Content starts

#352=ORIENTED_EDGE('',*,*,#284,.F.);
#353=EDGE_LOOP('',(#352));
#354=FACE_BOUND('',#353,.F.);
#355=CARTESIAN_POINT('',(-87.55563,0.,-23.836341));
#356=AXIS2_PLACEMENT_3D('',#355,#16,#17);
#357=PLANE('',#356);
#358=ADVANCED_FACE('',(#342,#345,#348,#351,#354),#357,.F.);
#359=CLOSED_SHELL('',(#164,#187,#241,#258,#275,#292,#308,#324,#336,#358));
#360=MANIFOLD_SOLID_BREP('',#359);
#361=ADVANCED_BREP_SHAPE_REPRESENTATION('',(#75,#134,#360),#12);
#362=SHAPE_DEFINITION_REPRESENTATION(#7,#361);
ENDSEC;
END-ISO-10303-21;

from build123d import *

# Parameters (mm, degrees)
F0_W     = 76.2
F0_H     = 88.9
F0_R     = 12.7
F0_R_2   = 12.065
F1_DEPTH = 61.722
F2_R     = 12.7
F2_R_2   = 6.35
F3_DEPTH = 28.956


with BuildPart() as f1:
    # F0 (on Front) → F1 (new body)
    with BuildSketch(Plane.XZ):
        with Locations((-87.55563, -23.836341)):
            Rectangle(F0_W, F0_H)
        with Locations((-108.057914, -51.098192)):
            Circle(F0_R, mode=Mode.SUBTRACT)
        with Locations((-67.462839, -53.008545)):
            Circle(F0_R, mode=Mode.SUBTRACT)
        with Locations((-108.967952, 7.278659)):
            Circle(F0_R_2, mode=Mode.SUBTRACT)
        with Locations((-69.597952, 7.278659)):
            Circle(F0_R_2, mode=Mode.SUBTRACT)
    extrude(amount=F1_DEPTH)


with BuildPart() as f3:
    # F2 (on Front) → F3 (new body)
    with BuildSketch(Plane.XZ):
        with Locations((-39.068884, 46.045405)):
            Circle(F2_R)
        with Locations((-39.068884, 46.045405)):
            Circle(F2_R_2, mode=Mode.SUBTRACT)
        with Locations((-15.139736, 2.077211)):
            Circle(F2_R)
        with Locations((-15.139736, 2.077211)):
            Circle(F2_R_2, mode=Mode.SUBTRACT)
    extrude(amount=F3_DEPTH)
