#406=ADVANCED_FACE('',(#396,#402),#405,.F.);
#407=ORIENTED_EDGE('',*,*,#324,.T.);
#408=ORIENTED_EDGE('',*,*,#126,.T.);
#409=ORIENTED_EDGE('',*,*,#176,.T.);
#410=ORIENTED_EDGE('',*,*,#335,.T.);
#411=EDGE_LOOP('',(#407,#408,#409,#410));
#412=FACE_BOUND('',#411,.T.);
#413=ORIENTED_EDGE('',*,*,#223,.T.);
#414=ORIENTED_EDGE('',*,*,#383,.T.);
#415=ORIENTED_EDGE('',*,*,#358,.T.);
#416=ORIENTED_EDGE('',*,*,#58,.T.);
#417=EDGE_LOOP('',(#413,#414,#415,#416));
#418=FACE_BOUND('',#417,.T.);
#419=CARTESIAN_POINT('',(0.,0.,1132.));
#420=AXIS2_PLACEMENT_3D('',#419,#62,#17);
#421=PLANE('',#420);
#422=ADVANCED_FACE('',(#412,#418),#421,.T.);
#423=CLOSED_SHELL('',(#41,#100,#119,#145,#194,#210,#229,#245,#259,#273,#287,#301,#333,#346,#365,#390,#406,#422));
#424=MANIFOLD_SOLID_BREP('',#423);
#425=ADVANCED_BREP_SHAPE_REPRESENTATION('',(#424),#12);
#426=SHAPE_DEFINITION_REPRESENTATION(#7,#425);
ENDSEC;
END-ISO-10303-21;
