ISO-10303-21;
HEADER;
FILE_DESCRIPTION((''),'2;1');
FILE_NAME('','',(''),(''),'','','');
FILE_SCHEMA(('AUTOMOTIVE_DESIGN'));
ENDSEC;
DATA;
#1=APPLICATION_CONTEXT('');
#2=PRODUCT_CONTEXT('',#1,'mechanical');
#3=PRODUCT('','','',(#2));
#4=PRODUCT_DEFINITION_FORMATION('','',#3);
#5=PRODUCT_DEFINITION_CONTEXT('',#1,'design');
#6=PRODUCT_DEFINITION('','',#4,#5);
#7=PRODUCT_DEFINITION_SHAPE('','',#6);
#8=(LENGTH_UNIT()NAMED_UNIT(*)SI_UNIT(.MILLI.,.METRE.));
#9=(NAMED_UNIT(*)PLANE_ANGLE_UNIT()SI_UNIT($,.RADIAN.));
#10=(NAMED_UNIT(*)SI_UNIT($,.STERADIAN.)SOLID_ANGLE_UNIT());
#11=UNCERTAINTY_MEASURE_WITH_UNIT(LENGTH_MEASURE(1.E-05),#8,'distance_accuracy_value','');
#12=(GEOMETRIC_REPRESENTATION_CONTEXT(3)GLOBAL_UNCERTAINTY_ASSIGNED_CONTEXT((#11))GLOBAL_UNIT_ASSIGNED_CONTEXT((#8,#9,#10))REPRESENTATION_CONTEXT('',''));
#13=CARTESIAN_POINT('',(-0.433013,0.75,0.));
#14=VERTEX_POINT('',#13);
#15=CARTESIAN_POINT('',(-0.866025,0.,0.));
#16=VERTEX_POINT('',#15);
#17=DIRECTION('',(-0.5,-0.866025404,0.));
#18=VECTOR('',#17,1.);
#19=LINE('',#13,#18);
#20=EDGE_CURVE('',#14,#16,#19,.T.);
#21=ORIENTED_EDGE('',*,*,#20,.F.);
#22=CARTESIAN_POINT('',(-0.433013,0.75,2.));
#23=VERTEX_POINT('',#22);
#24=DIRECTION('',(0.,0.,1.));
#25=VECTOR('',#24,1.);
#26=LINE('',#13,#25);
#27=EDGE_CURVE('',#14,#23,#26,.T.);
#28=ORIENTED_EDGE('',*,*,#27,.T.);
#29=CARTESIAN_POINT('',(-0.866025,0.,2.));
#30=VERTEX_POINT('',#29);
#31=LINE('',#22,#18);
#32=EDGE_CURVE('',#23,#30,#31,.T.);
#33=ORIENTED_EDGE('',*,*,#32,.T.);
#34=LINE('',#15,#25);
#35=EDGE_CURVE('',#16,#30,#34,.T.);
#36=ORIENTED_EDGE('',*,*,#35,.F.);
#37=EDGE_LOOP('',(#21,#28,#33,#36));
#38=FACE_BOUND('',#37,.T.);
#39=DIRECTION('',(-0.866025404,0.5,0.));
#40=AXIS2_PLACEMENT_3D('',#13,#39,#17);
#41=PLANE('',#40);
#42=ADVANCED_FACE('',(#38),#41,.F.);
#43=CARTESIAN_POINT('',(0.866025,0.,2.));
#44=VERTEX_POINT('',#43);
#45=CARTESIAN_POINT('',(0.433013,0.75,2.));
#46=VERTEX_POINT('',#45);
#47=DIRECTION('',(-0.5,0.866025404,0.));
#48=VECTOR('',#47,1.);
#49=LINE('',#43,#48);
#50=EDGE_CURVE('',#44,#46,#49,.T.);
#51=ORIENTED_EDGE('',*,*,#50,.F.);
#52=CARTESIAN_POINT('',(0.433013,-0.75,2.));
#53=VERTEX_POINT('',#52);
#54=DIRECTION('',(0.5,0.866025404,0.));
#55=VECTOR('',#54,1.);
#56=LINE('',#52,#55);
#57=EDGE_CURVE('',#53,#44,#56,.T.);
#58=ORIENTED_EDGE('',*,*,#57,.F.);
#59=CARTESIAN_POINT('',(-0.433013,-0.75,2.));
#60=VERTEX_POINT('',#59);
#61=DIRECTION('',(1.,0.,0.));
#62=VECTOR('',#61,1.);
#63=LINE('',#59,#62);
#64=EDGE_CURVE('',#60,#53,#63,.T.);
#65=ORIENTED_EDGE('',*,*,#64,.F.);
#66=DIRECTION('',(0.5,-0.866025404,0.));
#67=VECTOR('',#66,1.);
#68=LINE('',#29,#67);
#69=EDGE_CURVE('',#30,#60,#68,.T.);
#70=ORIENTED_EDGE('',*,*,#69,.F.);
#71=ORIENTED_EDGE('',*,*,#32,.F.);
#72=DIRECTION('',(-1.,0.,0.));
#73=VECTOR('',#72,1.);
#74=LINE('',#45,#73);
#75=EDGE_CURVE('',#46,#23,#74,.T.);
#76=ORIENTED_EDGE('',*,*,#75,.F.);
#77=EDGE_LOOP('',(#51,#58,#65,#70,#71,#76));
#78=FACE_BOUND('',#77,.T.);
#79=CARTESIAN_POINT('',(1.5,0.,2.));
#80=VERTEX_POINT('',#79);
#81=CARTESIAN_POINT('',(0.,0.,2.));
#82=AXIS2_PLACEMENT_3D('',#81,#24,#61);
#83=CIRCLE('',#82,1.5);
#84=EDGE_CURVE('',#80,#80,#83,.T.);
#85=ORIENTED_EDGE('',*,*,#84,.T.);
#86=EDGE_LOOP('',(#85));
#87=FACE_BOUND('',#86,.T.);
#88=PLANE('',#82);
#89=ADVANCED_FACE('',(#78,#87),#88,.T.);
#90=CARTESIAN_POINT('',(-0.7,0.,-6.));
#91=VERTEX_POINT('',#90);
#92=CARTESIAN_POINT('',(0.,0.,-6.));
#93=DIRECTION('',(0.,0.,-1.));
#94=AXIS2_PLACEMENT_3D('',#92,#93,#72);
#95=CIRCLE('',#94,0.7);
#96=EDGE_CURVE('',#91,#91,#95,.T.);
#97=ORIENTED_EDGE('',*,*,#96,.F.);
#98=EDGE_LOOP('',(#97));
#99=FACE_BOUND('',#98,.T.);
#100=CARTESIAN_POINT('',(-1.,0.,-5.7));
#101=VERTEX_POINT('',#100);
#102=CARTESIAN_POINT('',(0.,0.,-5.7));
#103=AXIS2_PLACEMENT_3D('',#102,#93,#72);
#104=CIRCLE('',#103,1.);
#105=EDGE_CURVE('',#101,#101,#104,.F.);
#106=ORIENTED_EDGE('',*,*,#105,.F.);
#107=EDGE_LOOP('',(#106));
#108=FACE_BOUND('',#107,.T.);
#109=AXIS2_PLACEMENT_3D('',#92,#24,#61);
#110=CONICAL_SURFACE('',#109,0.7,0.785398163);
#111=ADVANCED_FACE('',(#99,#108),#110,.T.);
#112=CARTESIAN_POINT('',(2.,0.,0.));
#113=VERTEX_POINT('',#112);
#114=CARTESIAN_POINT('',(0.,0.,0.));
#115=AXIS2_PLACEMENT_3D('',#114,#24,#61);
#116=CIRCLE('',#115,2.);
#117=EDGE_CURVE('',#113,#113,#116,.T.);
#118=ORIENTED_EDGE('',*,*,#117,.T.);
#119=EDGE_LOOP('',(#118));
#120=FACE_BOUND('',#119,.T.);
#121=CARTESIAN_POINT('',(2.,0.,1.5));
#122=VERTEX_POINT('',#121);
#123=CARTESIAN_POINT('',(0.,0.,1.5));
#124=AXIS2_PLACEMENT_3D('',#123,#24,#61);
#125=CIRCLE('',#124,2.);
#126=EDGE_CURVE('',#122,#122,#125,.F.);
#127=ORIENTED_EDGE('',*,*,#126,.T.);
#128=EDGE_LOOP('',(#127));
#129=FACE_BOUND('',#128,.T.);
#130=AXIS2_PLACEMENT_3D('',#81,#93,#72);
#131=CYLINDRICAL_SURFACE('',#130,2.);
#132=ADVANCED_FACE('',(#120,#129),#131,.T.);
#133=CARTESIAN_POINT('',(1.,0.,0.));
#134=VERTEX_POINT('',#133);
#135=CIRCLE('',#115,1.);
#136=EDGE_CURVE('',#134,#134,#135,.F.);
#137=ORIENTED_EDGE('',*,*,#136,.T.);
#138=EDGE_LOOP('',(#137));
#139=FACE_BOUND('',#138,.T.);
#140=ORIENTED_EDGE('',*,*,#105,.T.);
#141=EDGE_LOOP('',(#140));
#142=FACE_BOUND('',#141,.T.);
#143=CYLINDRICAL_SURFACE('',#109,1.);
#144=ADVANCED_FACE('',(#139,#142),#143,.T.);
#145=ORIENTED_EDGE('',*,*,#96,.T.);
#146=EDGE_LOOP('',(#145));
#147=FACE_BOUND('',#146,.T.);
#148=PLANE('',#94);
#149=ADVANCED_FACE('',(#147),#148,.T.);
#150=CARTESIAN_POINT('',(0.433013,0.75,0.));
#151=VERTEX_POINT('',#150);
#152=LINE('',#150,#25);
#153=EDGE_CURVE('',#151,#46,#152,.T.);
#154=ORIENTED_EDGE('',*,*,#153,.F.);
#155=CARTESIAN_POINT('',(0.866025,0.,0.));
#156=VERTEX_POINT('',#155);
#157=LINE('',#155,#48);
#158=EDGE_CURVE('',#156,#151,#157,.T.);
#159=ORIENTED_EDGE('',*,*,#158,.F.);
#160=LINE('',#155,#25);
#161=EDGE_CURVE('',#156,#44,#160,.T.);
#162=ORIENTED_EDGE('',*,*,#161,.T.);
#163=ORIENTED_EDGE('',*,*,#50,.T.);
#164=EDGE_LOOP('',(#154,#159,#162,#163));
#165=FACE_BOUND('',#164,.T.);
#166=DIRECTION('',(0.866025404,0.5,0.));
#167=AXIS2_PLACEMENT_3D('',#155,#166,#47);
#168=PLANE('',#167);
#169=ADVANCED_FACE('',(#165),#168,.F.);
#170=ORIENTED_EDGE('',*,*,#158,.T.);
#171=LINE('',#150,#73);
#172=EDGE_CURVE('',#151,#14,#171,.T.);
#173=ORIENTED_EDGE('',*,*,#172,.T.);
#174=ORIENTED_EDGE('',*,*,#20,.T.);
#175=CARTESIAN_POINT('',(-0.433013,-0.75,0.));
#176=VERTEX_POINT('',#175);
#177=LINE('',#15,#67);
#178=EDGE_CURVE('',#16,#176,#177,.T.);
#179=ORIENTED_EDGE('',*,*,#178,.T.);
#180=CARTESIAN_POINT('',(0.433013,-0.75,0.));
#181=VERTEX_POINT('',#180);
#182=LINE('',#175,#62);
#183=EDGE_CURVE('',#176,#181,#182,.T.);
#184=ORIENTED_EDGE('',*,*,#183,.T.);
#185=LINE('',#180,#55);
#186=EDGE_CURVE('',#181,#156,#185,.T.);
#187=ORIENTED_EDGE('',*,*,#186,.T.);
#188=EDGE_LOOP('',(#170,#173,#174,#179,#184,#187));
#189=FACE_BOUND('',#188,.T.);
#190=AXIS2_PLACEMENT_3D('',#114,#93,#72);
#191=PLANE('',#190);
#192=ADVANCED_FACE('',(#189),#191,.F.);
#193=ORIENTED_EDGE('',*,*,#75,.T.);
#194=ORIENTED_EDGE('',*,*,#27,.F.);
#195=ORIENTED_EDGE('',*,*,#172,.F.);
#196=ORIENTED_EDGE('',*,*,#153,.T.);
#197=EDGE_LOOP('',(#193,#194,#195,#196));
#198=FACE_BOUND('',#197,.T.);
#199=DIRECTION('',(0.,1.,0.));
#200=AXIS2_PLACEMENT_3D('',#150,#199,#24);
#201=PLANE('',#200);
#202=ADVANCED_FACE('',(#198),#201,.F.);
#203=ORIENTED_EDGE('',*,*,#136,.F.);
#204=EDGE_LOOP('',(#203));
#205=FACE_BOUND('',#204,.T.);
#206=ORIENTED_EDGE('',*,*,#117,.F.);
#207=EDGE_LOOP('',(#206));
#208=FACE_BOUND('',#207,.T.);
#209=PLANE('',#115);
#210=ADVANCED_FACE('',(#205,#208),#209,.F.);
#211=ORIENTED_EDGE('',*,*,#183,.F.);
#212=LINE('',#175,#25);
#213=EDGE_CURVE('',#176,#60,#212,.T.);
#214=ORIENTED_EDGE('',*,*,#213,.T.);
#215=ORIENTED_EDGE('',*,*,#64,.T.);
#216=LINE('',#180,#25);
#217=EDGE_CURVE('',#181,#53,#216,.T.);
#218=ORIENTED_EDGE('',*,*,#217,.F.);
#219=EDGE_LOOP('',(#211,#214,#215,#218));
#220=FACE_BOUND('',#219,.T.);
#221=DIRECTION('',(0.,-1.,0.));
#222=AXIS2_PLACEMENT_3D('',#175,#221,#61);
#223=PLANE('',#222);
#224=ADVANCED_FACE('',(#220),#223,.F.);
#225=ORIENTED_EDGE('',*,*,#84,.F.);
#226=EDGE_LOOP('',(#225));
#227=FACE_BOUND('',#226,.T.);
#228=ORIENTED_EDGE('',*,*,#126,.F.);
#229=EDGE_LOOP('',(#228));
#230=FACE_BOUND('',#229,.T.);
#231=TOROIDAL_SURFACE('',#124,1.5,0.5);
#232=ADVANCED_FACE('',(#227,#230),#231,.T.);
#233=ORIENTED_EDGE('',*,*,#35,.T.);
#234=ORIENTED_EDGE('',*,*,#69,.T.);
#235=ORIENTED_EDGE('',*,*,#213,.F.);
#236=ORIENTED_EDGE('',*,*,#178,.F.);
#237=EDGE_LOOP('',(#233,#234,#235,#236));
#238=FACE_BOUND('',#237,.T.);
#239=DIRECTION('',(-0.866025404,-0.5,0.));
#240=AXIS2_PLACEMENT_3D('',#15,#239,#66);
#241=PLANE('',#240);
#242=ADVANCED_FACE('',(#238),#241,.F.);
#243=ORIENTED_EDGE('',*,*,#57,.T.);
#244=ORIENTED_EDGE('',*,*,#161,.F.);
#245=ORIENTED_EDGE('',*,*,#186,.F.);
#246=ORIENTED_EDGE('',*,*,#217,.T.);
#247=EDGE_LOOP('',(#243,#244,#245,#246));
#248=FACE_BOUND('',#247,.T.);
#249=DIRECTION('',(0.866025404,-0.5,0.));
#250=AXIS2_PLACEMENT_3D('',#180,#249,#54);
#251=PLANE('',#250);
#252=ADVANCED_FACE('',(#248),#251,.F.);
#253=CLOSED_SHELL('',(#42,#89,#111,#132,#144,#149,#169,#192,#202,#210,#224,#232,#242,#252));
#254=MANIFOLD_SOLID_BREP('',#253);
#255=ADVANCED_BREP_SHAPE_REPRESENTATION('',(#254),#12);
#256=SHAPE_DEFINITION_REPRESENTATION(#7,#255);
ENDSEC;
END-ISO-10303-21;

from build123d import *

# Parameters (mm, degrees)
SKICA1_R                 = 2
P_IDAT_VYSUNUT_M1_DEPTH  = 2
ODEBRAT_VYSUNUT_M1_DEPTH = 2
SKICA2_R                 = 1
P_IDAT_VYSUNUT_M2_DEPTH  = 6
ZKOSEN_1_SIZE            = 0.3
ZAOBLIT1_R               = 0.5


with BuildPart() as part:
    # Skica1 → Přidat vysunutím1 (new body)
    with BuildSketch(Plane.XY):
        Circle(SKICA1_R)
    extrude(amount=P_IDAT_VYSUNUT_M1_DEPTH)

    # Skica4 → Odebrat vysunutím1 (cut)
    with BuildSketch(Plane.XY.offset(2)):
        Polygon((-0.866025404, 0), (-0.433012702, -0.75), (0.433012702, -0.75), (0.866025404, 0), (0.433012702, 0.75), (-0.433012702, 0.75), align=None)
    extrude(amount=-ODEBRAT_VYSUNUT_M1_DEPTH, mode=Mode.SUBTRACT)

    # Skica2 → Přidat vysunutím2 (add)
    with BuildSketch(Plane(origin=(0, 0, 0), x_dir=(-1, 0, 0), z_dir=(0, 0, -1))):
        Circle(SKICA2_R)
    extrude(amount=P_IDAT_VYSUNUT_M2_DEPTH)

    # Zkosení1
    zkosen_1_edges = [part.edges().sort_by_distance(p)[0] for p in [
        (1, 0, -6),
    ]]
    chamfer(zkosen_1_edges, length=ZKOSEN_1_SIZE)

    # Zaoblit1
    zaoblit1_edges = [part.edges().sort_by_distance(p)[0] for p in [
        (-2, 0, 2),
    ]]
    fillet(zaoblit1_edges, radius=ZAOBLIT1_R)


solid = part.part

Content ends

## Your task
Return only the stretch of the material above from the line holding "#76=ORIENTED_EDGE('',*,*,#75,.F.);" through the line holding "#113=VERTEX_POINT('',#112);", copied exactly.

## Result of the task
#76=ORIENTED_EDGE('',*,*,#75,.F.);
#77=EDGE_LOOP('',(#51,#58,#65,#70,#71,#76));
#78=FACE_BOUND('',#77,.T.);
#79=CARTESIAN_POINT('',(1.5,0.,2.));
#80=VERTEX_POINT('',#79);
#81=CARTESIAN_POINT('',(0.,0.,2.));
#82=AXIS2_PLACEMENT_3D('',#81,#24,#61);
#83=CIRCLE('',#82,1.5);
#84=EDGE_CURVE('',#80,#80,#83,.T.);
#85=ORIENTED_EDGE('',*,*,#84,.T.);
#86=EDGE_LOOP('',(#85));
#87=FACE_BOUND('',#86,.T.);
#88=PLANE('',#82);
#89=ADVANCED_FACE('',(#78,#87),#88,.T.);
#90=CARTESIAN_POINT('',(-0.7,0.,-6.));
#91=VERTEX_POINT('',#90);
#92=CARTESIAN_POINT('',(0.,0.,-6.));
#93=DIRECTION('',(0.,0.,-1.));
#94=AXIS2_PLACEMENT_3D('',#92,#93,#72);
#95=CIRCLE('',#94,0.7);
#96=EDGE_CURVE('',#91,#91,#95,.T.);
#97=ORIENTED_EDGE('',*,*,#96,.F.);
#98=EDGE_LOOP('',(#97));
#99=FACE_BOUND('',#98,.T.);
#100=CARTESIAN_POINT('',(-1.,0.,-5.7));
#101=VERTEX_POINT('',#100);
#102=CARTESIAN_POINT('',(0.,0.,-5.7));
#103=AXIS2_PLACEMENT_3D('',#102,#93,#72);
#104=CIRCLE('',#103,1.);
#105=EDGE_CURVE('',#101,#101,#104,.F.);
#106=ORIENTED_EDGE('',*,*,#105,.F.);
#107=EDGE_LOOP('',(#106));
#108=FACE_BOUND('',#107,.T.);
#109=AXIS2_PLACEMENT_3D('',#92,#24,#61);
#110=CONICAL_SURFACE('',#109,0.7,0.785398163);
#111=ADVANCED_FACE('',(#99,#108),#110,.T.);
#112=CARTESIAN_POINT('',(2.,0.,0.));
#113=VERTEX_POINT('',#112);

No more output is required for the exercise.